> [Task brief] Each line from the start of the entries through the line that contains "v -15.162 -50 7.637" should be output exactly, please.

> [Dataset extract]

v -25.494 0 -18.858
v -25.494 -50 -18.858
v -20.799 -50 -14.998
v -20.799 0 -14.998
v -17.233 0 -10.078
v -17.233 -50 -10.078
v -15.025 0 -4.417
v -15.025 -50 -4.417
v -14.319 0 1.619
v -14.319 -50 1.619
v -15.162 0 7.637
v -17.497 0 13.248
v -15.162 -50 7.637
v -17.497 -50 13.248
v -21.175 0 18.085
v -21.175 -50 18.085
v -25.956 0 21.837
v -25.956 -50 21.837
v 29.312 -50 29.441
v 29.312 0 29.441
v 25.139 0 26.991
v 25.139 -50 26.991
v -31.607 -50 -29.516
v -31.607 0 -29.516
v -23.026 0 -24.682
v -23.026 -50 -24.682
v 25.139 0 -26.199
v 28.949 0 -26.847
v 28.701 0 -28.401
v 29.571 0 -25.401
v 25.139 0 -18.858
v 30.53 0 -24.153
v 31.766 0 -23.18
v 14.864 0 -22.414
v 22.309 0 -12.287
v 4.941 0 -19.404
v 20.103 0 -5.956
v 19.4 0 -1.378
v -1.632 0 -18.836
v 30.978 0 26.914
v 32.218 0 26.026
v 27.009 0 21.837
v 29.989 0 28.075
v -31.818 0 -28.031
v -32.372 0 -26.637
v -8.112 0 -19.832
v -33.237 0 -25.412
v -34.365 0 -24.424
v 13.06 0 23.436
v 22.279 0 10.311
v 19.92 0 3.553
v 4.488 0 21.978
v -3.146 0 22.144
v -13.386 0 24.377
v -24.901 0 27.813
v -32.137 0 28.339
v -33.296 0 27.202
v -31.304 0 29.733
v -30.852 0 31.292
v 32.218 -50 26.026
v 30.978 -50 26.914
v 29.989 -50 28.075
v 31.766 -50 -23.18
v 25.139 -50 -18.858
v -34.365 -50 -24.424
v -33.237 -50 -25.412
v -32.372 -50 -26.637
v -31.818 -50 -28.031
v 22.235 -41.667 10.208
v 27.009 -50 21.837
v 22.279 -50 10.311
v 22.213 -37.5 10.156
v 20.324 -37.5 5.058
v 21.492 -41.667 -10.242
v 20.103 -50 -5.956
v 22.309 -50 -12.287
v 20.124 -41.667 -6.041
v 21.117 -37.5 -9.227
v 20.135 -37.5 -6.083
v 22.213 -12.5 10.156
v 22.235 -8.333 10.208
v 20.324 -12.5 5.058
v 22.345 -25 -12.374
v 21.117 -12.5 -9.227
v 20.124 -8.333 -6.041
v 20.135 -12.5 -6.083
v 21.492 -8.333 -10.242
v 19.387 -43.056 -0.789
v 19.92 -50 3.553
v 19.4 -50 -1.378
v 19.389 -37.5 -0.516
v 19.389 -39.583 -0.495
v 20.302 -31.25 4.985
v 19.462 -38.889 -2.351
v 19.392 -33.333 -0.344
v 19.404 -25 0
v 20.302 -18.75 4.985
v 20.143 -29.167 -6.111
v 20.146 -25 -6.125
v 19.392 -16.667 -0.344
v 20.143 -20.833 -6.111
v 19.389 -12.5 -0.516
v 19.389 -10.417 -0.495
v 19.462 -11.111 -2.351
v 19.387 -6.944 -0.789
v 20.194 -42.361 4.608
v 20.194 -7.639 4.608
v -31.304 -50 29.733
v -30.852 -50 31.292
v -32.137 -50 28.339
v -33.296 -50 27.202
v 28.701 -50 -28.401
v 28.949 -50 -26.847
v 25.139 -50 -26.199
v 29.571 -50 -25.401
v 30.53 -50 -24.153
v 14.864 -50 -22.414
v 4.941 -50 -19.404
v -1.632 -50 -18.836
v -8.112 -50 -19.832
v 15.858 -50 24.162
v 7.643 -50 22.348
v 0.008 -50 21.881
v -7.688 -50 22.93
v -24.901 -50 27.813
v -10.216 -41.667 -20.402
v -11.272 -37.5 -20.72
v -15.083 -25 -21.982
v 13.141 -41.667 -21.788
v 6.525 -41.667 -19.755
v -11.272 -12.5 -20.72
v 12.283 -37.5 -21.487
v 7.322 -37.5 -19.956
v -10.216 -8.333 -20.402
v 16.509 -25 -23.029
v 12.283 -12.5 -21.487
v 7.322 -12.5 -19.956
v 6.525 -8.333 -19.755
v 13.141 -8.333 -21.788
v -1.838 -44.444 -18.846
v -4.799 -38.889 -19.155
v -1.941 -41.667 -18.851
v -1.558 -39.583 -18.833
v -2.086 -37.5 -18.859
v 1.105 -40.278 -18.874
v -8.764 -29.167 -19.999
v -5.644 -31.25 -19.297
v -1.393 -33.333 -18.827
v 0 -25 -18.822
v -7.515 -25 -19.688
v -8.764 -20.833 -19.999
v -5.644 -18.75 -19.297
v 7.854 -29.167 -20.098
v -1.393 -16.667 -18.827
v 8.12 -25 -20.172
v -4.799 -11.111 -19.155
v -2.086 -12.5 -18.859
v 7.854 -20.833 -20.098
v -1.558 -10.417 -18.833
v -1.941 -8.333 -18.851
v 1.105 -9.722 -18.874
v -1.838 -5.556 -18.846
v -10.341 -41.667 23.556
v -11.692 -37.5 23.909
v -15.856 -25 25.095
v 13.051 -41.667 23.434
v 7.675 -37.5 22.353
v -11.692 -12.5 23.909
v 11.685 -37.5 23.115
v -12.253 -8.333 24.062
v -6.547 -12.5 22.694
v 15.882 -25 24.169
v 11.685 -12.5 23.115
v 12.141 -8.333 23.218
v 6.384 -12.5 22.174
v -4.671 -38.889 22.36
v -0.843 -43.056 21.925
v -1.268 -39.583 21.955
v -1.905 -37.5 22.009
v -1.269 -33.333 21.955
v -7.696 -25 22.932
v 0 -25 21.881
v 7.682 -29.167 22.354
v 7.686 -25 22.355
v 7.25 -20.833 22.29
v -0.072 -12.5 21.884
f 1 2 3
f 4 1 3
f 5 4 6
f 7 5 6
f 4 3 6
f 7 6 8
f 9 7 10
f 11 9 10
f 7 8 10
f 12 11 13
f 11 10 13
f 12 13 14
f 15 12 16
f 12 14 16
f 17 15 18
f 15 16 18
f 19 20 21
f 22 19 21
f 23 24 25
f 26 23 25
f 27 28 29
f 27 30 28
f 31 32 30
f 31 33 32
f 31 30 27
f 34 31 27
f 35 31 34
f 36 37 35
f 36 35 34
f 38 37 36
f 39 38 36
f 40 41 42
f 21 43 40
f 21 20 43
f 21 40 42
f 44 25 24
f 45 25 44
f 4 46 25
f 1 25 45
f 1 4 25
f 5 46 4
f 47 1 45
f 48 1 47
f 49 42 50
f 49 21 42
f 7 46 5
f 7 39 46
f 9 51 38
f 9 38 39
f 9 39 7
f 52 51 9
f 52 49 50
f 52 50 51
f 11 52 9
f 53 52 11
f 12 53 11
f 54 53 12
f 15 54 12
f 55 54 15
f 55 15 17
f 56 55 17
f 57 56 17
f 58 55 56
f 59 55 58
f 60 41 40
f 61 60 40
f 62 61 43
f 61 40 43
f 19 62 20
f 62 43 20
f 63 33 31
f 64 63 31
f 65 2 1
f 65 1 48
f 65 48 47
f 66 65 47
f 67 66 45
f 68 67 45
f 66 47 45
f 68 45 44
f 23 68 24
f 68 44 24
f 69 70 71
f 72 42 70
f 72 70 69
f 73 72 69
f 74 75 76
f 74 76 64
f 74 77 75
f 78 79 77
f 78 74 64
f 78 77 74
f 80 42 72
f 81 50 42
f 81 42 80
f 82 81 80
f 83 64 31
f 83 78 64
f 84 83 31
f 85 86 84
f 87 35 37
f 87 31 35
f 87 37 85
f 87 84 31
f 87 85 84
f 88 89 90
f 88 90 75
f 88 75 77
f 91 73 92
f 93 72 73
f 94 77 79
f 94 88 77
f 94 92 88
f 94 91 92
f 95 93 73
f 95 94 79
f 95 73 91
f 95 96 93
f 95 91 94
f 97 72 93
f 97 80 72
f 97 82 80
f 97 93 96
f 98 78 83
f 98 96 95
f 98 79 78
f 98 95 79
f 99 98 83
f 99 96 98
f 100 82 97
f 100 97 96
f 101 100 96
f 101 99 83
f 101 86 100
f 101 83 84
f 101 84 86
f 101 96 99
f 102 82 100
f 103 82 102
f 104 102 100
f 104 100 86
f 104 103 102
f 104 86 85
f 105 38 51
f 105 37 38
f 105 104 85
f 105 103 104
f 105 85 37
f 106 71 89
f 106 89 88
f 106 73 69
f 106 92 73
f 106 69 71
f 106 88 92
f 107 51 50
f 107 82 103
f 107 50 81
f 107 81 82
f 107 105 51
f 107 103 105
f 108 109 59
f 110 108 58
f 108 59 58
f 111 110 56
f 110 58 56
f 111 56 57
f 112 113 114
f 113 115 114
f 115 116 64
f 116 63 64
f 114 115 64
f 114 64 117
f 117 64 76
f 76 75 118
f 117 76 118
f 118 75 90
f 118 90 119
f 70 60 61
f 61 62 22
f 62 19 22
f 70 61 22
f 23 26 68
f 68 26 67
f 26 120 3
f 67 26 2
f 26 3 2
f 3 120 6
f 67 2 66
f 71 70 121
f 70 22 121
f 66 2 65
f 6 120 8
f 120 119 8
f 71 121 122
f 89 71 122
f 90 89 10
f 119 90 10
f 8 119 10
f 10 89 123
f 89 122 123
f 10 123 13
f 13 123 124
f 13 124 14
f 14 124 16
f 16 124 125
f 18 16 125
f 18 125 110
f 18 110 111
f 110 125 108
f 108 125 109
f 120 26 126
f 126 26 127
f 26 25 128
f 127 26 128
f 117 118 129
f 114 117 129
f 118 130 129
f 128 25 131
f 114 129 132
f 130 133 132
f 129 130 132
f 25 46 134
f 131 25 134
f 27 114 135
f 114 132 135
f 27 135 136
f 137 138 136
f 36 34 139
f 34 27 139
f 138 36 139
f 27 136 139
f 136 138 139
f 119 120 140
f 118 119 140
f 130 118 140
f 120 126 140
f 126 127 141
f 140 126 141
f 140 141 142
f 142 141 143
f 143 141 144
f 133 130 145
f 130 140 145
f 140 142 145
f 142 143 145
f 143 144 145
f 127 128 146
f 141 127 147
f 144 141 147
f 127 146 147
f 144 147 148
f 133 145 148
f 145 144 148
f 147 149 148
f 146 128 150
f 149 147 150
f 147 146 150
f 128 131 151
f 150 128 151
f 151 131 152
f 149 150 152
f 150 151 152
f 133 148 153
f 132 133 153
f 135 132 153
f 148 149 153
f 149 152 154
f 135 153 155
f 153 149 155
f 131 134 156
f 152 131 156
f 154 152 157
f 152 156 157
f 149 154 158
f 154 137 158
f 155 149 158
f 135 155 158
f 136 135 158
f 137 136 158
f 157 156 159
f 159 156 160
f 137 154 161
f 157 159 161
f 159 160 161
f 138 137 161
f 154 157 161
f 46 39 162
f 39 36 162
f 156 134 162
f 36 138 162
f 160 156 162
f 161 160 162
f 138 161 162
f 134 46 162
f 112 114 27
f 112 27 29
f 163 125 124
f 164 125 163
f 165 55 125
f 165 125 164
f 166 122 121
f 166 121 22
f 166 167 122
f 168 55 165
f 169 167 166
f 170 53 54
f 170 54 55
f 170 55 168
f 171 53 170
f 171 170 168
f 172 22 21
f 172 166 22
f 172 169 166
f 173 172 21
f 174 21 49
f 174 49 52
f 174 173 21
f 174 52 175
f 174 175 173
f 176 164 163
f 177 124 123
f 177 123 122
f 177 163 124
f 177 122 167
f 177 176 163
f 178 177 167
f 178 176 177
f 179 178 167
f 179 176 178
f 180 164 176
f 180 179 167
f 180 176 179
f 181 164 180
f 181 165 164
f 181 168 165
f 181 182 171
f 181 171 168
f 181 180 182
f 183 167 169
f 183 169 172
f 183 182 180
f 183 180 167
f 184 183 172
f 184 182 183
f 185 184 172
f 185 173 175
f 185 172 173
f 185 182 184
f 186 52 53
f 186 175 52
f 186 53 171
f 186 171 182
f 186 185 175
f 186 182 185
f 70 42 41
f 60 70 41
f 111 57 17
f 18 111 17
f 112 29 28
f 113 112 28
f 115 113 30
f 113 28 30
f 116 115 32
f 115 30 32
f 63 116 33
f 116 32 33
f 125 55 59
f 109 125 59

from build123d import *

# Parameters (mm, degrees)
F1_DEPTH = 50
F3_DEPTH = 50.0010001
F4_R     = 16.0196182497
F5_DEPTH = 37.7
F6_R     = 14.0015155941
F7_DEPTH = 63


with BuildPart() as f1:
    # F0 (on Front) → F1 (new body)
    with BuildSketch(Plane.XZ):
        with BuildLine():
            add(Edge.make_bspline(
                [(-24.9009096901, 27.8132260291), (-15.2719138126, 25.0041245055), (0.0685505815, 19.3712880215), (15.1674460028, 23.7765369464), (25.1386704972, 26.9907502037)],
                knots=[0, 0, 0, 0, 0.4997319812, 1, 1, 1, 1], degree=3))
            Line((-24.9009096901, 27.8132260291), (-30.8519195794, 31.2922782778))
            ThreePointArc((-30.8519195794, 31.2922782778), (-31.6756477165, 29.0091165086), (-33.2958245412, 27.2018028212))
            Line((-33.2958245412, 27.2018028212), (-25.9555131602, 21.8371527458))
            add(Edge.make_bspline(
                [(-25.9555131602, 21.8371527458), (-22.7845221536, 13.488346606), (-17.3288820912, 0.0516611316), (-22.1761950436, -11.8040839548), (-25.4937373126, -18.8575223359)],
                knots=[0, 0, 0, 0, 0.5176887267, 1, 1, 1, 1], degree=3))
            Line((-25.4937373126, -18.8575223359), (-34.3650811811, -24.4237805158))
            ThreePointArc((-34.3650811811, -24.4237805158), (-32.3719868097, -26.6370212042), (-31.6072761212, -29.5155758903))
            Line((-31.6072761212, -29.5155758903), (-23.0260640383, -24.6824789792))
            add(Edge.make_bspline(
                [(-23.0260640383, -24.6824789792), (-14.7885032622, -22.1197617809), (-0.0436946051, -14.9712963525), (16.3980588143, -23.2713009768), (25.1386702767, -26.1990372013)],
                knots=[0, 0, 0, 0, 0.4877897865, 1, 1, 1, 1], degree=3))
            Line((25.1386702767, -26.1990372013), (28.7010856366, -28.4007272488))
            ThreePointArc((28.7010856366, -28.4007272488), (29.5711101683, -25.4013798938), (31.7657258985, -23.1795137775))
            Line((31.7657258985, -23.1795137775), (25.1386702897, -18.8575223359))
            add(Edge.make_bspline(
                [(27.0089022596, 21.8371527458), (24.067082439, 13.1959431089), (15.6637973801, 0.5258679424), (22.3337226969, -12.2190983175), (25.1386702897, -18.8575223359)],
                knots=[0, 0, 0, 0, 0.5199533553, 1, 1, 1, 1], degree=3))
            Line((27.0089022596, 21.8371527458), (32.2177472852, 26.0263319884))
            ThreePointArc((32.2177472852, 26.0263319884), (30.448037412, 27.4639143113), (29.311723773, 29.440605305))
            Line((29.311723773, 29.440605305), (25.1386704972, 26.9907502037))
        make_face()
    extrude(amount=F1_DEPTH)

    # F2 (on face) → F3 (cut, through all)
    with BuildSketch(Plane.XZ.offset(50)):
        with BuildLine():
            add(Edge.make_bspline(
                [(-25.9555131602, 21.8371527458), (-22.7845221536, 13.488346606), (-17.3288820912, 0.0516611316), (-22.1761950436, -11.8040839548), (-25.4937373126, -18.8575223359)],
                knots=[0, 0, 0, 0, 0.5176887267, 1, 1, 1, 1], degree=3))
            ThreePointArc((-25.4937373126, -18.8575223359), (-14.3192522827, 1.6192357189), (-25.9555131602, 21.8371527458))
        make_face()
    extrude(amount=-F3_DEPTH, mode=Mode.SUBTRACT)

    # F4 (on Front) → F5 (cut)
    with BuildSketch(Plane.XZ):
        with Locations((22.9763758397, 0.8501823597)):
            Circle(F4_R)
    extrude(amount=-F5_DEPTH, mode=Mode.SUBTRACT)

    # F6 (on Front) → F7 (cut)
    with BuildSketch(Plane.XZ):
        with Locations((-1.843900617, 21.1695458569)):
            Circle(F6_R)
    extrude(amount=-F7_DEPTH, mode=Mode.SUBTRACT)


solid = f1.part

> [Task response]
v -25.494 0 -18.858
v -25.494 -50 -18.858
v -20.799 -50 -14.998
v -20.799 0 -14.998
v -17.233 0 -10.078
v -17.233 -50 -10.078
v -15.025 0 -4.417
v -15.025 -50 -4.417
v -14.319 0 1.619
v -14.319 -50 1.619
v -15.162 0 7.637
v -17.497 0 13.248
v -15.162 -50 7.637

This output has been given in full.